--- START ---

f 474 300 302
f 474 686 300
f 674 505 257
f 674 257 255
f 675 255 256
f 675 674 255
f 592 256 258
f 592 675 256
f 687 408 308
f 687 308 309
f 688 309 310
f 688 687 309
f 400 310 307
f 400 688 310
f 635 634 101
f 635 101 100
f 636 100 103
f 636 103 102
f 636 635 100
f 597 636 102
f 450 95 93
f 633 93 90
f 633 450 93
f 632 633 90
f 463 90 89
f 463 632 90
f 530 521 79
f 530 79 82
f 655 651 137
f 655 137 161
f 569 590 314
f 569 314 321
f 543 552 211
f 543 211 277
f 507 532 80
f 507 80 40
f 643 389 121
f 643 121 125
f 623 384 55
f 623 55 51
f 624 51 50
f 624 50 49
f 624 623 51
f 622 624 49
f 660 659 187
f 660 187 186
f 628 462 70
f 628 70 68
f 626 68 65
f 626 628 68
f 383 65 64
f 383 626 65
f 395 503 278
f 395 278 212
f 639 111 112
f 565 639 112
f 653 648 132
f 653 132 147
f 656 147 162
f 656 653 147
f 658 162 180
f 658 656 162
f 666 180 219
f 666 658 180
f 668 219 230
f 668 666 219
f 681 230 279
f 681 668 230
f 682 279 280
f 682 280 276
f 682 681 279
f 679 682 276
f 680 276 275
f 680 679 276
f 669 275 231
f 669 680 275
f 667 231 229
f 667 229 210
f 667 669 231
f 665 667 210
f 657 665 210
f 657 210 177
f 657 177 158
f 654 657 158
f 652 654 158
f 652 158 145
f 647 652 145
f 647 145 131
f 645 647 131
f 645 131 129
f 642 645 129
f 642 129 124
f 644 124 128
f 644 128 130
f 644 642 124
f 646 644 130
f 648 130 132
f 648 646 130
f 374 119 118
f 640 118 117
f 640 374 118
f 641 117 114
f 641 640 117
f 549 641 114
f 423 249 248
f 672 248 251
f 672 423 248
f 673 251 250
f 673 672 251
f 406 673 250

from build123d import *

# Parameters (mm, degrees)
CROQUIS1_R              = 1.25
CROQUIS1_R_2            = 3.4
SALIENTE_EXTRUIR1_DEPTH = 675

--- END ---

From the first line to the last, transcribe the listing exactly.

f 474 300 302
f 474 686 300
f 674 505 257
f 674 257 255
f 675 255 256
f 675 674 255
f 592 256 258
f 592 675 256
f 687 408 308
f 687 308 309
f 688 309 310
f 688 687 309
f 400 310 307
f 400 688 310
f 635 634 101
f 635 101 100
f 636 100 103
f 636 103 102
f 636 635 100
f 597 636 102
f 450 95 93
f 633 93 90
f 633 450 93
f 632 633 90
f 463 90 89
f 463 632 90
f 530 521 79
f 530 79 82
f 655 651 137
f 655 137 161
f 569 590 314
f 569 314 321
f 543 552 211
f 543 211 277
f 507 532 80
f 507 80 40
f 643 389 121
f 643 121 125
f 623 384 55
f 623 55 51
f 624 51 50
f 624 50 49
f 624 623 51
f 622 624 49
f 660 659 187
f 660 187 186
f 628 462 70
f 628 70 68
f 626 68 65
f 626 628 68
f 383 65 64
f 383 626 65
f 395 503 278
f 395 278 212
f 639 111 112
f 565 639 112
f 653 648 132
f 653 132 147
f 656 147 162
f 656 653 147
f 658 162 180
f 658 656 162
f 666 180 219
f 666 658 180
f 668 219 230
f 668 666 219
f 681 230 279
f 681 668 230
f 682 279 280
f 682 280 276
f 682 681 279
f 679 682 276
f 680 276 275
f 680 679 276
f 669 275 231
f 669 680 275
f 667 231 229
f 667 229 210
f 667 669 231
f 665 667 210
f 657 665 210
f 657 210 177
f 657 177 158
f 654 657 158
f 652 654 158
f 652 158 145
f 647 652 145
f 647 145 131
f 645 647 131
f 645 131 129
f 642 645 129
f 642 129 124
f 644 124 128
f 644 128 130
f 644 642 124
f 646 644 130
f 648 130 132
f 648 646 130
f 374 119 118
f 640 118 117
f 640 374 118
f 641 117 114
f 641 640 117
f 549 641 114
f 423 249 248
f 672 248 251
f 672 423 248
f 673 251 250
f 673 672 251
f 406 673 250

from build123d import *

# Parameters (mm, degrees)
CROQUIS1_R              = 1.25
CROQUIS1_R_2            = 3.4
SALIENTE_EXTRUIR1_DEPTH = 675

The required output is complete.